Карантин (Максимов) - страница 55

— Я — женщина! — голосил полосатый, перепрыгивая через пламя. — Я хочу забеременеть!

— О, возьми меня, черноголовенький! — несся следом за водолазкой брючный костюм. — Старые персы — моя страсть!

— Кровь за кровь, — взвивался над головами кабанчик, — Штрауса в Шпандау!

— У любви, как у пташки, крылья. — Актриса, наконец-то, оказалась в родной стихии. — Сольемся в экстазе!

— Боже, царя храни, — плакала славянская душа горючими слезами, — долгая лета, долгая лета.

— Не так страшен чёрт, — самозабвенно заголялся служитель культа, — как его малюют.

Один только Лева Балыкин и здесь не терял присутствия духа, уверенно выруливая к кинодиве:

— Однова живем, маруся! Я парень еще по ефтим делам годный. Не хотица ль вам пройтица?

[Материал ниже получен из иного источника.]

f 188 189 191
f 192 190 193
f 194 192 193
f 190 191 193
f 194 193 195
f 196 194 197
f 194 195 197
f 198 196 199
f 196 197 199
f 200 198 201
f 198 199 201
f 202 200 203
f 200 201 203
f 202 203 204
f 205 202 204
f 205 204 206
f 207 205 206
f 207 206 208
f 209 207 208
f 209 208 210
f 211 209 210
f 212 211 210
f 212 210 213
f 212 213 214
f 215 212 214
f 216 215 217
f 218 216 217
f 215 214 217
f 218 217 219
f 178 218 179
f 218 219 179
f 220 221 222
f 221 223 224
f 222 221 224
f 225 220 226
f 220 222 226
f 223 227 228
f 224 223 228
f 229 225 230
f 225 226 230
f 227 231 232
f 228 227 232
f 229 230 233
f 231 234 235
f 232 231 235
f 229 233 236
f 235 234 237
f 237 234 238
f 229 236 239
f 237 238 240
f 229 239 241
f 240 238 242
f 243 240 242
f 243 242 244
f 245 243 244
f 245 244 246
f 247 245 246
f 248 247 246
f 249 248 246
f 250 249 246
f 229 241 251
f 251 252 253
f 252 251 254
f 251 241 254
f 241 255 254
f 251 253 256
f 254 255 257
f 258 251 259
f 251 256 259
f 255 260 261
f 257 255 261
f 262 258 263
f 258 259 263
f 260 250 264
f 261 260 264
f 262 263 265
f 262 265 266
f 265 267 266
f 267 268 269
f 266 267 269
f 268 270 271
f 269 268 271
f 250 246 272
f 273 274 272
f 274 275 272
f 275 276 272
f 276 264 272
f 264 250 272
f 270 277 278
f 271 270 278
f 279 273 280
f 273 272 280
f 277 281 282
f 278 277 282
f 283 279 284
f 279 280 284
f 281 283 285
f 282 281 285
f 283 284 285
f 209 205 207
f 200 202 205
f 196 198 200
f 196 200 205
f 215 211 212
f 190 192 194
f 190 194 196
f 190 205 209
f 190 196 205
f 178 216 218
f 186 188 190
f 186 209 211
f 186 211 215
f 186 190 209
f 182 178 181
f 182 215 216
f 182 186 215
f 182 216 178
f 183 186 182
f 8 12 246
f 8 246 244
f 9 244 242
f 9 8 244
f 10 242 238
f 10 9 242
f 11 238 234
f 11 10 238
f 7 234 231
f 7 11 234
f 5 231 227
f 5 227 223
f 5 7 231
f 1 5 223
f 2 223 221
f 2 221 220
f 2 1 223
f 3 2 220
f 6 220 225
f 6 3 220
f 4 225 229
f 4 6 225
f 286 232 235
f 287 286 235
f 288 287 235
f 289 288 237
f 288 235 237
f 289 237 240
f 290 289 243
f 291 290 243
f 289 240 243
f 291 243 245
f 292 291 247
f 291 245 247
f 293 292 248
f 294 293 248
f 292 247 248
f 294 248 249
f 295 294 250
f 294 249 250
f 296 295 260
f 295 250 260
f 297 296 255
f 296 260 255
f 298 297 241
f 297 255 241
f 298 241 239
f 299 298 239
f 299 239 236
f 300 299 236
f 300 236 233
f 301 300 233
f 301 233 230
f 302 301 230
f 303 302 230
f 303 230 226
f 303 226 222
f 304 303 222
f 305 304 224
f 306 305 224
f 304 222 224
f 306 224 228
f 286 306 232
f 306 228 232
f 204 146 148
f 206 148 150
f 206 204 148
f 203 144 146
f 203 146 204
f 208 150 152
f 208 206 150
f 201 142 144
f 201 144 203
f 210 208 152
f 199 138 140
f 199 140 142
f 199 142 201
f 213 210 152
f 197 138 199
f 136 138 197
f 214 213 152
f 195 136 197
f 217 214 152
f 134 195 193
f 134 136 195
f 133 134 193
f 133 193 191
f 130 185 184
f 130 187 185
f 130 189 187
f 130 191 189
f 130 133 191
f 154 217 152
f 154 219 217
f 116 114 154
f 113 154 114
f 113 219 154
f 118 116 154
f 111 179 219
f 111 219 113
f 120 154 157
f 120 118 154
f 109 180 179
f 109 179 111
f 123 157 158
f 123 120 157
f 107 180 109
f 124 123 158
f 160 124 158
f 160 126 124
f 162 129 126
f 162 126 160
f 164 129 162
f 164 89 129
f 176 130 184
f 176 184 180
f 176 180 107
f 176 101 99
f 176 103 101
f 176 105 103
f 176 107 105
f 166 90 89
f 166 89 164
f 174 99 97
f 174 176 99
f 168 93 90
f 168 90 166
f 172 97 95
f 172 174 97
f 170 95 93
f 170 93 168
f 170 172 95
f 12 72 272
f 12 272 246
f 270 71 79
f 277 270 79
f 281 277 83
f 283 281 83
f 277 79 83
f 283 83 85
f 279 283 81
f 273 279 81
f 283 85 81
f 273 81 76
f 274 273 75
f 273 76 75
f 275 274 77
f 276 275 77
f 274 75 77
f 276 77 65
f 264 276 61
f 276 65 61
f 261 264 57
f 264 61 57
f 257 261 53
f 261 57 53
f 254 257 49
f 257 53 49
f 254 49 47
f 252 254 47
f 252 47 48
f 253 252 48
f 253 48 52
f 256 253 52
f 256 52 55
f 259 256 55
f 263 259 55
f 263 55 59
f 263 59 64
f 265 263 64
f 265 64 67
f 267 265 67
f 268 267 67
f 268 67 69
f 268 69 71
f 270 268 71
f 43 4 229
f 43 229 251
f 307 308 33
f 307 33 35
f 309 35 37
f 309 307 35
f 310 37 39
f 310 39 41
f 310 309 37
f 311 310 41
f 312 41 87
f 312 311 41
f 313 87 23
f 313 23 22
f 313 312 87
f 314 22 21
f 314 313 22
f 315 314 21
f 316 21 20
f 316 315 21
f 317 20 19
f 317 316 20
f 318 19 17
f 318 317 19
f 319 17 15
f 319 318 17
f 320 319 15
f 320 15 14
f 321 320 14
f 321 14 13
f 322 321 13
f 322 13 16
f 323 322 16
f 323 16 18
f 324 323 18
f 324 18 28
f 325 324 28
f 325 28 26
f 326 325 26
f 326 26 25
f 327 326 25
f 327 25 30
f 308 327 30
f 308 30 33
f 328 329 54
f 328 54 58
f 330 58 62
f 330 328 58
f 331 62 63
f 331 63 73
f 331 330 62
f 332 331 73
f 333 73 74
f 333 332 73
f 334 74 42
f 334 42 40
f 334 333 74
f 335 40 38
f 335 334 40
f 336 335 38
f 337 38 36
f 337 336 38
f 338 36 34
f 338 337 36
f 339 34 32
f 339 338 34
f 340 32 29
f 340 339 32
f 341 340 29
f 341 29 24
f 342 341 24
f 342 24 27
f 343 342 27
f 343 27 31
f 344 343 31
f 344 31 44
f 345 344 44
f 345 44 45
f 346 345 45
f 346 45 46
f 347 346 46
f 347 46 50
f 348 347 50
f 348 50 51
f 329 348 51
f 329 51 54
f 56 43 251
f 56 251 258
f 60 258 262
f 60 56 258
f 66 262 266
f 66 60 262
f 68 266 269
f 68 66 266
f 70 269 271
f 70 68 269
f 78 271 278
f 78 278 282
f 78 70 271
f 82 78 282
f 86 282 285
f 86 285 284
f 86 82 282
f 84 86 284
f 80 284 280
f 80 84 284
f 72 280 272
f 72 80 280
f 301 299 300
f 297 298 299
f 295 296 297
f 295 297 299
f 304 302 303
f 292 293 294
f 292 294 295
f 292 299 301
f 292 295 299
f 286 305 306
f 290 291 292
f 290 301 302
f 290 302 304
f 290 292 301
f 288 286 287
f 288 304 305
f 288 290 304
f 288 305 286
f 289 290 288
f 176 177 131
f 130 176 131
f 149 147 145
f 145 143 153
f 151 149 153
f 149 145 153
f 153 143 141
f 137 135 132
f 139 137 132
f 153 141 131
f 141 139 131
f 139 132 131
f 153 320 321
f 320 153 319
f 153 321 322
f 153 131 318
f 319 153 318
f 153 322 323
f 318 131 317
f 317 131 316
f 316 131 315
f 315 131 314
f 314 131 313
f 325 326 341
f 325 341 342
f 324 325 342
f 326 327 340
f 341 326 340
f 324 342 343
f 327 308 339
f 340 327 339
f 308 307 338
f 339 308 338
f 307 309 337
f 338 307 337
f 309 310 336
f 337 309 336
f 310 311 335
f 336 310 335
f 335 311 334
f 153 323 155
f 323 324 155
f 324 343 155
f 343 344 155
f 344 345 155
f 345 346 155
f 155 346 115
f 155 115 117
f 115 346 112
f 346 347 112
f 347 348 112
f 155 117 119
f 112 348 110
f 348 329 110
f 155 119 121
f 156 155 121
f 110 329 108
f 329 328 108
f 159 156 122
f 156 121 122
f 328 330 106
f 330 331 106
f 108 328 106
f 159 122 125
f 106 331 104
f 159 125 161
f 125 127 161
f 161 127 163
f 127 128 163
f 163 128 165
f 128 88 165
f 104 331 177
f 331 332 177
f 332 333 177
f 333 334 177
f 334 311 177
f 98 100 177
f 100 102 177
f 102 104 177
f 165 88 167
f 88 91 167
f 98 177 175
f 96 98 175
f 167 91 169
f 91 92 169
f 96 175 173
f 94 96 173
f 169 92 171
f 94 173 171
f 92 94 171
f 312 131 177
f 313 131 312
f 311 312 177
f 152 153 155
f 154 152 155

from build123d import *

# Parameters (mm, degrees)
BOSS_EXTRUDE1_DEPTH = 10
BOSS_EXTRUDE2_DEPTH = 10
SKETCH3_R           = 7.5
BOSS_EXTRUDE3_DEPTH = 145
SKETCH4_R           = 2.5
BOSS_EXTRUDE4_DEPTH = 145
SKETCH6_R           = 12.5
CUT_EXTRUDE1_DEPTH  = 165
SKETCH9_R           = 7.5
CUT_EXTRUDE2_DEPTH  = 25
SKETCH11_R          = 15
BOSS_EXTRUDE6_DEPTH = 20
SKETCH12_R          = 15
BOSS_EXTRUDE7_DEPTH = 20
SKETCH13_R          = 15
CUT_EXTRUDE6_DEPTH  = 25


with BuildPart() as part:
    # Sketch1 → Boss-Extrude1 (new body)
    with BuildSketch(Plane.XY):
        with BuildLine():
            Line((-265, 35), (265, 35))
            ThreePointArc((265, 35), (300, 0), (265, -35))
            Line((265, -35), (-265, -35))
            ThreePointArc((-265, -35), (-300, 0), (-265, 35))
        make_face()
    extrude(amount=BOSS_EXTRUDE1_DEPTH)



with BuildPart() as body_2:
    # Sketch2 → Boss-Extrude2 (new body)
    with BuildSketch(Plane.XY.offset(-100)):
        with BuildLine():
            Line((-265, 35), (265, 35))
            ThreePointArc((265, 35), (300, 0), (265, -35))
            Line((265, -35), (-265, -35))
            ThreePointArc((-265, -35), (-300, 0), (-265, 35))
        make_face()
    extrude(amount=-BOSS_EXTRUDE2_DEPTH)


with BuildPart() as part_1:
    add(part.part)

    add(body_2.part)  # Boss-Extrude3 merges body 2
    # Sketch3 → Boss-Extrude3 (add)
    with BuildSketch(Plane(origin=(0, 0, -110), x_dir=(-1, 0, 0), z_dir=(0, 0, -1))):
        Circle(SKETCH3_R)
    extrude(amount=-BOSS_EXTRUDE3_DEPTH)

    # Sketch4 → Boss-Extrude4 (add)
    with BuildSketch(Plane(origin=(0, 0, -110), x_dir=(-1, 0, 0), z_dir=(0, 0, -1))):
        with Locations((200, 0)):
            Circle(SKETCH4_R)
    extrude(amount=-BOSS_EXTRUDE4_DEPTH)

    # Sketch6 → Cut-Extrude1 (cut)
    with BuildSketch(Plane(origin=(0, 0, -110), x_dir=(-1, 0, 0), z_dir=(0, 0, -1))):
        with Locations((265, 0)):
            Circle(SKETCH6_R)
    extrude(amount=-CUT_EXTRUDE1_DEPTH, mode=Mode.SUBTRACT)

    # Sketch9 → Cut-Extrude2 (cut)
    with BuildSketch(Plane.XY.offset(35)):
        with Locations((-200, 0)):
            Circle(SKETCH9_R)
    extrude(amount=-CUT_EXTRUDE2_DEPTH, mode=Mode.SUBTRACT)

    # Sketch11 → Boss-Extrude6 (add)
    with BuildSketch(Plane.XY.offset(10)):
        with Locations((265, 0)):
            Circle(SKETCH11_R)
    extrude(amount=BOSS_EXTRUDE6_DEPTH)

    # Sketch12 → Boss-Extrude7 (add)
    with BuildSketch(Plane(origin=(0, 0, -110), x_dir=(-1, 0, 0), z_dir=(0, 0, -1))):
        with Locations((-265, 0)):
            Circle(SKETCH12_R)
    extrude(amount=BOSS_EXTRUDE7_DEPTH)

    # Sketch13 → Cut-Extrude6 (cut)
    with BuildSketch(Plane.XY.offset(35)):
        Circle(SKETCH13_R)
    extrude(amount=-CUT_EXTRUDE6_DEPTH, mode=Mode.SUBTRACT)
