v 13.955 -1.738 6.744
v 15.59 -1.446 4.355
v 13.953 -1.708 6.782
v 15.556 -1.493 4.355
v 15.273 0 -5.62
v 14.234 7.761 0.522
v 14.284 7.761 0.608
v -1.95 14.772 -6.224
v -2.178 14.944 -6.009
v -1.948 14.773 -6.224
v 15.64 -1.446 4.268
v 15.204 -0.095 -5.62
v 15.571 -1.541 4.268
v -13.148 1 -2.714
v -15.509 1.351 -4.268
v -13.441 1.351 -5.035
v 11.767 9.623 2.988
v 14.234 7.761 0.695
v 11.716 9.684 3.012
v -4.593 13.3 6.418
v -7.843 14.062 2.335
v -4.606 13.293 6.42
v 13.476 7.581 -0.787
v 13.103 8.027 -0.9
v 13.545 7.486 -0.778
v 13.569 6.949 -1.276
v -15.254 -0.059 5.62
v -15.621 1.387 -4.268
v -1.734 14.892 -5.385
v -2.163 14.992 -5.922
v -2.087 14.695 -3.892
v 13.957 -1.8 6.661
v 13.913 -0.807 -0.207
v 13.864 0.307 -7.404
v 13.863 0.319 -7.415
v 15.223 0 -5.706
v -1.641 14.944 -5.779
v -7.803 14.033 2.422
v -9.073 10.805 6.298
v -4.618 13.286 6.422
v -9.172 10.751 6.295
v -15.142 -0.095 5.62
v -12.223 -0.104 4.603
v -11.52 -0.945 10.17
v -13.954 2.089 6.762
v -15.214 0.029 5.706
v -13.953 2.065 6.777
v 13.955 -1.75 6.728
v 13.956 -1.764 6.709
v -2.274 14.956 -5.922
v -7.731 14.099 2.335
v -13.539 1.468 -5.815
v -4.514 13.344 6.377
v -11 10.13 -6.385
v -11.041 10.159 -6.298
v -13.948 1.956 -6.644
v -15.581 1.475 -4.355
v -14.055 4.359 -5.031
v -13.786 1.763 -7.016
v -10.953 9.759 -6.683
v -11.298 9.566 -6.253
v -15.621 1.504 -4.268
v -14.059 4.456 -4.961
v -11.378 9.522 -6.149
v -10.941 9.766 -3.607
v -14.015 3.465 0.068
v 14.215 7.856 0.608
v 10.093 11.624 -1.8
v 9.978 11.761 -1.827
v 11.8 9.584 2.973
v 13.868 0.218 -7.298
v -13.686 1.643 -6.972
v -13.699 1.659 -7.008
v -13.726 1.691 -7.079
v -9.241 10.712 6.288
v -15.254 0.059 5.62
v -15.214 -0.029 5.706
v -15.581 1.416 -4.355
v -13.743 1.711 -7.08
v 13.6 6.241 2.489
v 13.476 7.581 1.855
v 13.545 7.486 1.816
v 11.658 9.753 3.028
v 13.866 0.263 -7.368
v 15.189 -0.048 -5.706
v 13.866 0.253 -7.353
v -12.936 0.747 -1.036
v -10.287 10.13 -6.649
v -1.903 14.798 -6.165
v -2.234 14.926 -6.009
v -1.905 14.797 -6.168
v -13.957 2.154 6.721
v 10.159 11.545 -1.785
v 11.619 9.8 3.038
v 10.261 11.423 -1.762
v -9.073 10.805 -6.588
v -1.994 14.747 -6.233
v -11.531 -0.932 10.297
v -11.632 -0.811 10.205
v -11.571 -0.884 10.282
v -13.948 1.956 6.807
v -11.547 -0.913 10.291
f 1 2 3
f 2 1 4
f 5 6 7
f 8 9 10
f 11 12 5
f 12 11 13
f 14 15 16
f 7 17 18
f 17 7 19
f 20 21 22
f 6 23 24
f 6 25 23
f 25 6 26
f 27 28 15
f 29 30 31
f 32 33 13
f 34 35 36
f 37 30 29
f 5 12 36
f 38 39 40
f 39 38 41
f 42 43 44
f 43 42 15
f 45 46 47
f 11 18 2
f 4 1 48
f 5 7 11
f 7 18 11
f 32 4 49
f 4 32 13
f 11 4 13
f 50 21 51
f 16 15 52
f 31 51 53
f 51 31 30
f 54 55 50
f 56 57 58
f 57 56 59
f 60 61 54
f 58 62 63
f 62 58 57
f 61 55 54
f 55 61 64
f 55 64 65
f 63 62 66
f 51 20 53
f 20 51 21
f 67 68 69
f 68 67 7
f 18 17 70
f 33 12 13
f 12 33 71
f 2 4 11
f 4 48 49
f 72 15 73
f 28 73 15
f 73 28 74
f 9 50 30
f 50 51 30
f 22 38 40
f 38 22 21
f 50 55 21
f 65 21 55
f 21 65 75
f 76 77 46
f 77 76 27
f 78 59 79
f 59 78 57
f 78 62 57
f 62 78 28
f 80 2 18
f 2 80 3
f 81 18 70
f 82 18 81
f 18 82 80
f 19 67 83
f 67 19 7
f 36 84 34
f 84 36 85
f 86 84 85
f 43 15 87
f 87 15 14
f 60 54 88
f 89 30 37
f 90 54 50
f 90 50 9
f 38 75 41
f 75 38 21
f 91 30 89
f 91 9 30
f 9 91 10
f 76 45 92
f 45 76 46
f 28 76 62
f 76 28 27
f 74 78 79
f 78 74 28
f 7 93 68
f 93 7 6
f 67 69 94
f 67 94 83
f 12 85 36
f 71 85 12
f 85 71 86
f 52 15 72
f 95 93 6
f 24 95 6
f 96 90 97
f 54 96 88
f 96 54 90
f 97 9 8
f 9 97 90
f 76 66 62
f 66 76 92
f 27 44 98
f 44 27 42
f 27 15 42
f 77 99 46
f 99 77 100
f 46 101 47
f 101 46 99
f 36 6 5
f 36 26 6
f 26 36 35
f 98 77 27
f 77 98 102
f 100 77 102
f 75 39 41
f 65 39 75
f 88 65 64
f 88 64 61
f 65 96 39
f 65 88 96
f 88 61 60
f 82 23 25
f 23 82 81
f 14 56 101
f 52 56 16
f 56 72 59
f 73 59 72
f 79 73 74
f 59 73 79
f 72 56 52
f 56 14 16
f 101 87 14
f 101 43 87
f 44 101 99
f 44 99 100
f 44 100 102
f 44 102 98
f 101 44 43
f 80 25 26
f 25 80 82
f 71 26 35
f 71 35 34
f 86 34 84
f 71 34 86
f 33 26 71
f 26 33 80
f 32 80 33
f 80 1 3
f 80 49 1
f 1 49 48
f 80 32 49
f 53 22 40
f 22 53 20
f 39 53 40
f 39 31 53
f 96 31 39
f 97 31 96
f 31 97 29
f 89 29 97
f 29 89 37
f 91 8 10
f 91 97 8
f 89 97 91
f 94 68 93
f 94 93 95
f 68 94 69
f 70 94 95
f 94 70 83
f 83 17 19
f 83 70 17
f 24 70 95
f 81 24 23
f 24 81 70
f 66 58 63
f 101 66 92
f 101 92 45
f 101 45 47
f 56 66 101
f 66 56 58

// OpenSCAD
// Auto-generated OpenSCAD file

    inner_points = 10*[[1.4127776500989453, -0.7887289142226223, 3.3946051633490118e-15], [-1.4127776500989453, 0.7887289142226223, -3.3946051633490118e-15], [7.699325831418754e-14, 1.448747966845947e-13, 1.618033988749895], [0.7887289142226223, 1.4127776500989453, -1.6402787932550622e-13], [1.3866917666528789, -0.20152279240725185, 0.8090169943748995], [1.386691766652802, -0.2015227924073968, -0.8090169943749954], [0.899230489753498, -1.0746673987146065, 0.809016994375001], [-0.8992304897534211, 1.0746673987147513, 0.8090169943748939], [-0.899230489753498, 1.0746673987146065, -0.809016994375001], [-1.386691766652802, 0.2015227924073968, 0.8090169943749954], [1.3444839206104982, 0.7485966710918835, 0.499999999999869], [1.3444839206104504, 0.7485966710917942, -0.500000000000131], [-0.06829372948844725, 1.5373255853145058, 0.49999999999986555], [-0.06829372948849499, 1.5373255853144165, -0.5000000000001343], [0.8309367602650506, 0.46265818659989943, 1.3090169943748666], [0.8309367602649261, 0.46265818659966507, -1.3090169943750283], [0.04220784604242839, -0.950119463499046, 1.3090169943750305], [-0.042207846042303876, 0.9501194634992803, 1.3090169943748644], [-0.04220784604242839, 0.950119463499046, -1.3090169943750305], [-0.8309367602649261, -0.46265818659966507, 1.3090169943750283]];

    outer_points = 10*[[1.51730962461505, 0.0, -0.5619657389916497], [-1.51730962461505, 0.0, 0.5619657389916497], [0.5173908766017687, 0.6315464316752465, 1.3969573272642983], [-0.2193448714004602, 1.4896922814420965, -0.592231983898246], [1.4184434174514022, 0.7761134471924181, 0.0608290828944803], [0.9010525408496336, 0.14456701551717166, -1.3361282443698181], [1.5540060032348615, -0.14456701551717166, 0.42684857816837674], [-1.0366151266330927, 0.7761134471924181, 0.9701087490959216], [-1.5540060032348615, 0.14456701551717166, -0.42684857816837674], [-0.9010525408496336, -0.14456701551717166, 1.3361282443698181], [0.7410836573200632, 1.4003449522003508, -0.3284250545406229], [0.4213185101110674, 1.0100277919513354, -1.1917921636231694], [-0.7762259672949867, 1.4003449522003508, 0.2335406844510268], [-1.0959911145039825, 1.0100277919513354, -0.6298264246315197], [0.7777800359398745, 1.2557779366831792, 0.6603892626194036], [-0.05937598787088977, 0.23391434475891726, -1.5999351737274412], [0.9971249073403348, -0.23391434475891726, 1.2526212465176494], [-0.15996888352957034, 1.2557779366831792, 1.0077031898291953], [-0.9971249073403348, 0.23391434475891726, -1.2526212465176494], [0.05937598787088977, -0.23391434475891726, 1.5999351737274412]];

    // Convex hull for inner set (I)
    module inner_hull() {
        hull() {
            for (p = inner_points) {
                translate(p) sphere(r=0.1);
            }
        }
    }

    // Convex hull for outer set (O) minus inner hull (O \ I)
    module outer_minus_inner() {
        difference() {
            hull() {
                for (p = outer_points) {
                    translate(p) sphere(r=0.1);
                }
            }
            inner_hull(); // Subtract inner hull
        }
    }

    // Convex hull for outer set (O) minus all translated inner hulls
    module outer_minus_AllTranslationInner() {
        difference() {
            hull() {
                for (p = outer_points) {
                    translate(p) sphere(r=0.1);
                }
            }
            hull() {
                translate([0,0,50]) inner_hull();
                translate([0,0,-50]) inner_hull();
            }; // Subtract translated inner hulls
        }
    }

    // Difference between outer_minus_inner and outer_minus_AllTranslationInner
    module outer_minus_inner_diff() {
        difference() {
            // Outer minus inner
            difference() {
                hull() {
                    for (p = outer_points) {
                        translate(p) sphere(r=0.1);
                    }
                }
                inner_hull();
            }

            // Subtract Outer minus AllTranslationInner
            difference() {
                hull() {
                    for (p = outer_points) {
                        translate(p) sphere(r=0.1);
                    }
                }
                hull() {
                    translate([0,0,50]) inner_hull();
                    translate([0,0,-50]) inner_hull();
                };
            }
        }
    }

    // Rendering all with colors applied
    color([0, 1, 0, 1]) outer_minus_AllTranslationInner(); // Opaque green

— Зачем тебя я, миленький, узнала? — вела свою тему молоденькая проводница. — Ты постепенно выпил мою кровь.

— Не могу больше! — жалобно вздыхал Фима, выписывая замысловатые кренделя.

— Умер-шмумер, лишь бы был здоров…

Музыка прекратилась так же внезапно, как и возникла. Мешанина лиц около огня, сразу же остановясь и сникнув, стала лениво растекаться по своим местам. Они двигались так вяло и потерянно, словно жизнь в них только и держалась недавним движением и ритмом. Казалось, уже ничто не в состоянии избавить их от этого оцепенения. Но тут, будто сотканная из тьмы и шелеста листьев, в круг вплыла похожая на колыбельную песня: «Кавалергарды и кирасиры, как вы прекрасны, как вы красивы! Как вы лежите дружной семьей, крепко обнявшись с вашей землей…»

Ночь выделила перед Марией знакомые черты с печалью недоумения в желудевых глазах, и сердце ее благодарно затихло и озадачилось: «Где ты был до сих пор?» Взгляды их мгновенно скрестились и она услышала его безмолвный ответ: «Здесь». «Почему все так? — чуть не закричала она. — Зачем?» «Они дети, — повеяло от него. — Больные дети, их надо жалеть, поверь, они достойны жалости». «Я тоже?» «И ты, и я, и все остальные, одни больше, другие меньше». «Когда же спасение?» «Не знаю, — опустил он глаза, — не знаю, но нельзя терять надежды, иначе жизнь бессмысленна».

Костер медленно угасал. Устало согбенные фигуры вокруг него таяли, сливаясь с непроглядной стеною леса. Только глаза, множество глаз фосфоресцирующе светились в темноте, с покорной мольбой обращенные к затухающему огню. В них — эти глазах — Мария, словно в зеркале, увидела себя, свое детство, свои мечты о счастье и безмятежности, и горячая волна нежности и снисхождения к ним всем, без различия, прилила к ее сердцу. «Господи, — тихо заплакала она, — они ведь и вправду дети, больные дети, что же с них взять сейчас? Когда к ним придет здоровье и возраст, они поймут, они все поймут и станут счастливее».